FDA did not disclose the exact source or location of the contamination.

"Salmonella senftenberg is a pathogenic organism that can cause serious and sometimes fatal infections in young children, frail or elderly people, and others with a weakened immune systems," FDA continued. "Healthy individuals may suffer short-term symptoms such as severe diarrhea, bloody diarrhea, fever, chills, adnominal discomfort, and occasionally vomiting."

Grade A milk is sold for direct consumption for sale in retail stores; whereas Grade B milk is used to make other products like cheese. Grade A milk is subjected to more inspection.

The 15-year old Dairy Farmers of America, formed from a number of milk marketing cooperatives, represents more than 9,500 farms with 1.7 million cows. It owns 21 manufacturing plants, including three in Minnesota and Wisconsin.

The warning letter also called out Dairy Farmers of America (DFA) for a number of violations found during the inspection. Those included:

-- DFA failed to clean or sanitize equipment in a manner that protects against contamination of food and food contact surfaces.
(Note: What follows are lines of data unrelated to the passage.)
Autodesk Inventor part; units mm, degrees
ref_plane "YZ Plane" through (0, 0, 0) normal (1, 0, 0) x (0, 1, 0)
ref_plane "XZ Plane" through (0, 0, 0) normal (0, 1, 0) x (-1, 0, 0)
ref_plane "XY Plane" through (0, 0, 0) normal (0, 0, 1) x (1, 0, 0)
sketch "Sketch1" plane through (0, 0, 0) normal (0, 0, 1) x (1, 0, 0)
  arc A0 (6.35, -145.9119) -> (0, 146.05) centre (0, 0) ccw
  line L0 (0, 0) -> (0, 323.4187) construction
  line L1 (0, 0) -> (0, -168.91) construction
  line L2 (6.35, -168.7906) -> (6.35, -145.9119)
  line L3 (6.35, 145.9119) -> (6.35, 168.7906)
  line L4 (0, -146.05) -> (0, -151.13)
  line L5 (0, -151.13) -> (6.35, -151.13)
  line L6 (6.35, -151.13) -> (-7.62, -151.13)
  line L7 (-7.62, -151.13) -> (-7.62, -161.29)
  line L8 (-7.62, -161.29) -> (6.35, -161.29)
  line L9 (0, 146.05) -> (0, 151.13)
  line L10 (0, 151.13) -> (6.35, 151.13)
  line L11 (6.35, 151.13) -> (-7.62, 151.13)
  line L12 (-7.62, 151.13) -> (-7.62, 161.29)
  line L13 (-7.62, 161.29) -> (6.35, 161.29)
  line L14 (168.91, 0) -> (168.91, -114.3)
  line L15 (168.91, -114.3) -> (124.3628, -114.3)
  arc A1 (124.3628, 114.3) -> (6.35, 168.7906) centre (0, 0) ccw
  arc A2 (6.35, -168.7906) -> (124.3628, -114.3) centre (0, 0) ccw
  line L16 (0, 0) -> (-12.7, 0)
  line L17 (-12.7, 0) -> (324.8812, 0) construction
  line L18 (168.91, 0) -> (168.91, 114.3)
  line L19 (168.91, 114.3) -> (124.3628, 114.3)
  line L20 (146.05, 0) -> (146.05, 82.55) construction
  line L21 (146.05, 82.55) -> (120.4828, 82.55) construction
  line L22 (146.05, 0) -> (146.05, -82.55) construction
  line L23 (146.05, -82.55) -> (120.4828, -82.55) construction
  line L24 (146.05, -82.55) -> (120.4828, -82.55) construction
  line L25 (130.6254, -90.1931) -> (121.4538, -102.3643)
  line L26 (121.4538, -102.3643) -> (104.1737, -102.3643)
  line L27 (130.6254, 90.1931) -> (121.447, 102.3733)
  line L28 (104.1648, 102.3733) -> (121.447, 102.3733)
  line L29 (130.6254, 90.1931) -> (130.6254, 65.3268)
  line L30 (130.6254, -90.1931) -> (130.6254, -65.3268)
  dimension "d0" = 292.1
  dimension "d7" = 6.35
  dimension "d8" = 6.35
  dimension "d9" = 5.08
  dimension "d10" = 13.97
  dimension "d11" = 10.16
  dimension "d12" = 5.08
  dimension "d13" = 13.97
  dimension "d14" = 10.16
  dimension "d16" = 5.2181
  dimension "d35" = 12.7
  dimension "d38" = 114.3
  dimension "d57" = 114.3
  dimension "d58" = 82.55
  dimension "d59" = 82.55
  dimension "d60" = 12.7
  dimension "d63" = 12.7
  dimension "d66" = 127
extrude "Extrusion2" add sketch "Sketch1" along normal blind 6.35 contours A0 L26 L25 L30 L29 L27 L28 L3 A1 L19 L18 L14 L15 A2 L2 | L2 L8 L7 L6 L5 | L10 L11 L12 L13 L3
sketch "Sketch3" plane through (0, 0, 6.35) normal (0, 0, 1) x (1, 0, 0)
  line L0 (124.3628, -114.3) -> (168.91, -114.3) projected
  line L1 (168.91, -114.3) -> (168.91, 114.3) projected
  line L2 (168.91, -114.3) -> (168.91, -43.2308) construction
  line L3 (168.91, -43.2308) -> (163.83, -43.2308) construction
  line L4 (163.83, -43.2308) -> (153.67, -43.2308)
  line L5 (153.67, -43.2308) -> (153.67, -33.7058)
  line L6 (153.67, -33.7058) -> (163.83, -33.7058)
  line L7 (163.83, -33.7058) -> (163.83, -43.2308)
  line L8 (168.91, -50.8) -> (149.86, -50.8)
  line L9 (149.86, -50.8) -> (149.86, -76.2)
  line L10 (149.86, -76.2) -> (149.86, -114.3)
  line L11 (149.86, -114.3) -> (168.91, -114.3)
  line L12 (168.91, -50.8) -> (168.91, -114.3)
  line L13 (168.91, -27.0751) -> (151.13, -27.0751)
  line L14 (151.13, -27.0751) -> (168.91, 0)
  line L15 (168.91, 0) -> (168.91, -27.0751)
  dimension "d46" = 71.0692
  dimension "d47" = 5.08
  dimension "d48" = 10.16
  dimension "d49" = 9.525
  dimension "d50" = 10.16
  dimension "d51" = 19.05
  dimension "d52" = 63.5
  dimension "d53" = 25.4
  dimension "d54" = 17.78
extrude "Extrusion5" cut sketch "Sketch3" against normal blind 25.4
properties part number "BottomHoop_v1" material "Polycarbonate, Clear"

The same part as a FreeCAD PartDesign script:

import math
import FreeCAD as App
import Part
import Sketcher
Q = App.Units.Quantity

doc = App.newDocument("Part")
params = doc.addObject("Spreadsheet::Sheet", "Params")
for row, (alias, value) in enumerate([
    ("sketch1_radius", "5.75 in"),
    ("sketch1_height", "0.4 in"),
    ("sketch1_width", "0.55 in"),
    ("sketch1_radius2", "6.65 in"),
    ("sketch1_length", "0.6 in"),
    ("pad1_length", "0.25 in"),
    ("sketch2_width", "0.7 in"),
    ("sketch2_width2", "0.4 in"),
    ("sketch2_height", "2.5 in"),
    ("sketch2_width3", "0.75 in"),
    ("sketch2_height2", "0.375 in"),
    ("pocket1_length", "1 in"),
], start=1):
    params.set(f"A{row}", alias)
    params.set(f"B{row}", "=" + value)
    params.setAlias(f"B{row}", alias)

body = doc.addObject("PartDesign::Body", "Body")

# Sketch on XY plane
sketch1 = doc.addObject("Sketcher::SketchObject", "Sketch")
body.addObject(sketch1)
sketch1.AttachmentSupport = (doc.XY_Plane, [""])
sketch1.MapMode = "FlatFace"
sketch1.addGeometry([
    Part.ArcOfCircle(Part.Circle(App.Vector(0, 0, 0), App.Vector(0, 0, 1), 146.050009), math.radians(-87.508094), math.radians(-44.498067)),  # 0
    Part.LineSegment(App.Vector(6.35, -145.9119, 0), App.Vector(6.35, -151.13, 0)),  # 1
    Part.LineSegment(App.Vector(6.35, -151.13, 0), App.Vector(-7.62, -151.13, 0)),  # 2
    Part.LineSegment(App.Vector(-7.62, -151.13, 0), App.Vector(-7.62, -161.29, 0)),  # 3
    Part.LineSegment(App.Vector(-7.62, -161.29, 0), App.Vector(6.35, -161.29, 0)),  # 4
    Part.LineSegment(App.Vector(6.35, -161.29, 0), App.Vector(6.35, -168.7906, 0)),  # 5
    Part.ArcOfCircle(Part.Circle(App.Vector(0, 0, 0), App.Vector(0, 0, 1), 168.910023), math.radians(-87.845516), math.radians(-42.585654)),  # 6
    Part.LineSegment(App.Vector(124.3628, -114.3, 0), App.Vector(168.91, -114.3, 0)),  # 7
    Part.LineSegment(App.Vector(168.91, -114.3, 0), App.Vector(168.91, 114.3, 0)),  # 8
    Part.LineSegment(App.Vector(168.91, 114.3, 0), App.Vector(124.3628, 114.3, 0)),  # 9
    Part.ArcOfCircle(Part.Circle(App.Vector(0, 0, 0), App.Vector(0, 0, 1), 168.910003), math.radians(42.585654), math.radians(87.845516)),  # 10
    Part.LineSegment(App.Vector(6.35, 168.7906, 0), App.Vector(6.35, 161.29, 0)),  # 11
    Part.LineSegment(App.Vector(6.35, 161.29, 0), App.Vector(-7.62, 161.29, 0)),  # 12
    Part.LineSegment(App.Vector(-7.62, 161.29, 0), App.Vector(-7.62, 151.13, 0)),  # 13
    Part.LineSegment(App.Vector(-7.62, 151.13, 0), App.Vector(6.35, 151.13, 0)),  # 14
    Part.LineSegment(App.Vector(6.35, 151.13, 0), App.Vector(6.35, 145.9119, 0)),  # 15
    Part.ArcOfCircle(Part.Circle(App.Vector(0, 0, 0), App.Vector(0, 0, 1), 146.050009), math.radians(44.503032), math.radians(87.508094)),  # 16
    Part.LineSegment(App.Vector(104.1648, 102.3733, 0), App.Vector(121.447, 102.3733, 0)),  # 17
    Part.LineSegment(App.Vector(121.447, 102.3733, 0), App.Vector(130.6254, 90.1931, 0)),  # 18
    Part.LineSegment(App.Vector(130.6254, 90.1931, 0), App.Vector(130.6254, 65.3268, 0)),  # 19
    Part.ArcOfCircle(Part.Circle(App.Vector(0, 0, 0), App.Vector(0, 0, 1), 146.050009), math.radians(-26.569999), math.radians(26.569999)),  # 20
    Part.LineSegment(App.Vector(130.6254, -65.3268, 0), App.Vector(130.6254, -90.1931, 0)),  # 21
    Part.LineSegment(App.Vector(130.6254, -90.1931, 0), App.Vector(121.4538, -102.3643, 0)),  # 22
    Part.LineSegment(App.Vector(121.4538, -102.3643, 0), App.Vector(104.1737, -102.3643, 0)),  # 23
], False)
sketch1.addConstraint([
    Sketcher.Constraint("Coincident", 0, 1, 1, 1),
    Sketcher.Constraint("Coincident", 1, 2, 2, 1),
    Sketcher.Constraint("Coincident", 2, 2, 3, 1),
    Sketcher.Constraint("Coincident", 3, 2, 4, 1),
    Sketcher.Constraint("Coincident", 4, 2, 5, 1),
    Sketcher.Constraint("Coincident", 5, 2, 6, 1),
    Sketcher.Constraint("Coincident", 6, 2, 7, 1),
    Sketcher.Constraint("Coincident", 7, 2, 8, 1),
    Sketcher.Constraint("Coincident", 8, 2, 9, 1),
    Sketcher.Constraint("Coincident", 9, 2, 10, 1),
    Sketcher.Constraint("Coincident", 10, 2, 11, 1),
    Sketcher.Constraint("Coincident", 11, 2, 12, 1),
    Sketcher.Constraint("Coincident", 12, 2, 13, 1),
    Sketcher.Constraint("Coincident", 13, 2, 14, 1),
    Sketcher.Constraint("Coincident", 14, 2, 15, 1),
    Sketcher.Constraint("Coincident", 15, 2, 16, 2),
    Sketcher.Constraint("Coincident", 16, 1, 17, 1),
    Sketcher.Constraint("Coincident", 17, 2, 18, 1),
    Sketcher.Constraint("Coincident", 18, 2, 19, 1),
    Sketcher.Constraint("Coincident", 19, 2, 20, 2),
    Sketcher.Constraint("Coincident", 20, 1, 21, 1),
    Sketcher.Constraint("Coincident", 21, 2, 22, 1),
    Sketcher.Constraint("Coincident", 22, 2, 23, 1),
    Sketcher.Constraint("Coincident", 23, 2, 0, 2),
    Sketcher.Constraint("Vertical", 1),
    Sketcher.Constraint("Horizontal", 2),
    Sketcher.Constraint("Vertical", 3),
    Sketcher.Constraint("Horizontal", 4),
    Sketcher.Constraint("Vertical", 5),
FDA said the high-pressure foamers being used to sanitize equipment could atomize microorganisms that will contaminate food, food contact surfaces or food packaging materials.

-- DFA failed to clean and sanitize food contact surfaces with enough frequency to present the contamination of food.

-- DFA employees failed to wash and sanitize their hands thoroughly in an adequate hand-washing facility.

FDA said Dairy Farmers of America did not adequately address its concern after the inspection, and gave it 15 works days from receipt of the warning letter to do so.